优化器-模型一致性现象：发现并系统验证了在 SFT 阶段使用与预训练相同的优化器进行全量微调可获得最佳的学习-遗忘权衡（遗忘更少但学习相同甚至更好），甚至优于 LoRA。
理论解释：证明优化器通过对激活施加正则化效应来塑造模型，在预训练检查点周围形成不同的损失景观；SFT 权重更新需要遵循特定结构以降低遗忘，而使用相同优化器恰好能提供这种结构。
Muon vs AdamW 案例研究：发现 Muon 在预训练中通常优于 AdamW，但在数学推理等推理任务上微调后表现反而更差，可能源于 Muon 强烈的死记硬背倾向损害了少量数据下的模式获取。
合成实验验证：通过合成语言建模实验证明了 Muon 倾向于记忆而非学习模式的假说。

方法概述

论文采用完整的预训练-微调流水线：使用 GPT-2-small 在 OpenWebText 上预训练，然后在 MetaMathQA（数学）、Alpaca（指令遵循）、Magicoder（编码）三个下游任务上进行 SFT。对 Llama-2-7B 进行全量微调与 LoRA 的对比。
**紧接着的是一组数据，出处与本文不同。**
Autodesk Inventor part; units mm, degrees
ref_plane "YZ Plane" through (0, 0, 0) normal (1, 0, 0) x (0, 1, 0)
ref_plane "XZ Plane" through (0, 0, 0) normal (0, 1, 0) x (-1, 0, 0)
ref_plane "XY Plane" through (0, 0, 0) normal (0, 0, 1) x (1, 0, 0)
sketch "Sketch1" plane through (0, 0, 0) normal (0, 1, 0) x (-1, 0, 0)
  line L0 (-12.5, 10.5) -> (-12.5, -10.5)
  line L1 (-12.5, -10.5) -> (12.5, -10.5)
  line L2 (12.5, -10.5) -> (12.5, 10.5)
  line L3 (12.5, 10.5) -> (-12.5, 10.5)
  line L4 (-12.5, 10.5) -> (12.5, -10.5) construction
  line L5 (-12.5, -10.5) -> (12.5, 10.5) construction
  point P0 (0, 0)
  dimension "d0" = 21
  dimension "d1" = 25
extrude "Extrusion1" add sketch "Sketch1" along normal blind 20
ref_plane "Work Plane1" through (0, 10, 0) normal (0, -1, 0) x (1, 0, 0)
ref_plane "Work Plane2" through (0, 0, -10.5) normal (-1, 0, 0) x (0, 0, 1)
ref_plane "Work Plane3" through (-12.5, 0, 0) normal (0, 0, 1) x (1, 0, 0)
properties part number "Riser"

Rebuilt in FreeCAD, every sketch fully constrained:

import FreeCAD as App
import Part
import Sketcher
from FreeCAD import Vector


def add_polygon(sketch, points):
    """Adds a closed chain of lines whose ends are joined by coincident constraints."""
    first, n = sketch.GeometryCount, len(points)
    for a, b in zip(points, points[1:] + points[:1]):
        sketch.addGeometry(Part.LineSegment(App.Vector(*a, 0), App.Vector(*b, 0)), False)
    for i in range(n):
        sketch.addConstraint(Sketcher.Constraint("Coincident", first + i, 2, first + (i + 1) % n, 1))

doc = App.newDocument("Part")
body = doc.addObject("PartDesign::Body", "Body")

# Sketch on XZ plane
sketch1 = doc.addObject("Sketcher::SketchObject", "Sketch")
body.addObject(sketch1)
sketch1.AttachmentSupport = (doc.XZ_Plane, [""])
sketch1.MapMode = "FlatFace"
add_polygon(sketch1, [(-12, 10), (12, 10), (12, -10), (-12, -10)])  # lines 0-3
sketch1.addConstraint(Sketcher.Constraint("Horizontal", 0))
sketch1.addConstraint(Sketcher.Constraint("Vertical", 1))
sketch1.addConstraint(Sketcher.Constraint("Horizontal", 2))
sketch1.addConstraint(Sketcher.Constraint("Vertical", 3))
sketch1.addConstraint(Sketcher.Constraint("Symmetric", 0, 2, 2, 2, -1, 1))
sketch1.addConstraint(Sketcher.Constraint("DistanceX", 0, 1, 0, 2, 25.0))
sketch1.addConstraint(Sketcher.Constraint("DistanceY", 1, 2, 1, 1, 21.0))
pad1 = doc.addObject("PartDesign::Pad", "Pad")
body.addObject(pad1)
pad1.Profile = sketch1
pad1.Length = 20
pad1.Reversed = True

doc.recompute()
通过绘制帕累托前沿（x 轴为遗忘度量，y 轴为学习度量）来比较不同优化器（AdamW、Muon、SGD）和 LoRA 变体（r=16/64/256）的学习-遗忘权衡。

实验结果

在所有下游任务和预训练骨架组合中，使用与预训练相同优化器的全量微调始终位于帕累托前沿的最优位置。
GPT-2 预训练中 Muon 的验证损失（OpenWebText 2.974）优于 AdamW（3.010），但在 MetaMathQA 微调后 Muon 的表现反而不如 AdamW。
全量微调经过学习率搜索后，在学习和遗忘两个维度上均可超越 LoRA（包括 r=256）。
SGD 在下游任务上表现合理但遗忘显著更多。

局限性与注意点

实验主要在中等规模模型（GPT-2、Llama-2-7B）上进行，大模型（70B+）的一致性现象需进一步验证。
理论解释基于简化假设，实际深度学习中的非凸优化更复杂。
Muon 的”记忆优于模式学习”假说仅通过合成实验支持，在真实场景中的机制可能更复杂。
未探讨优化器超参（如 β1、β2、权重衰减）对一致性的影响。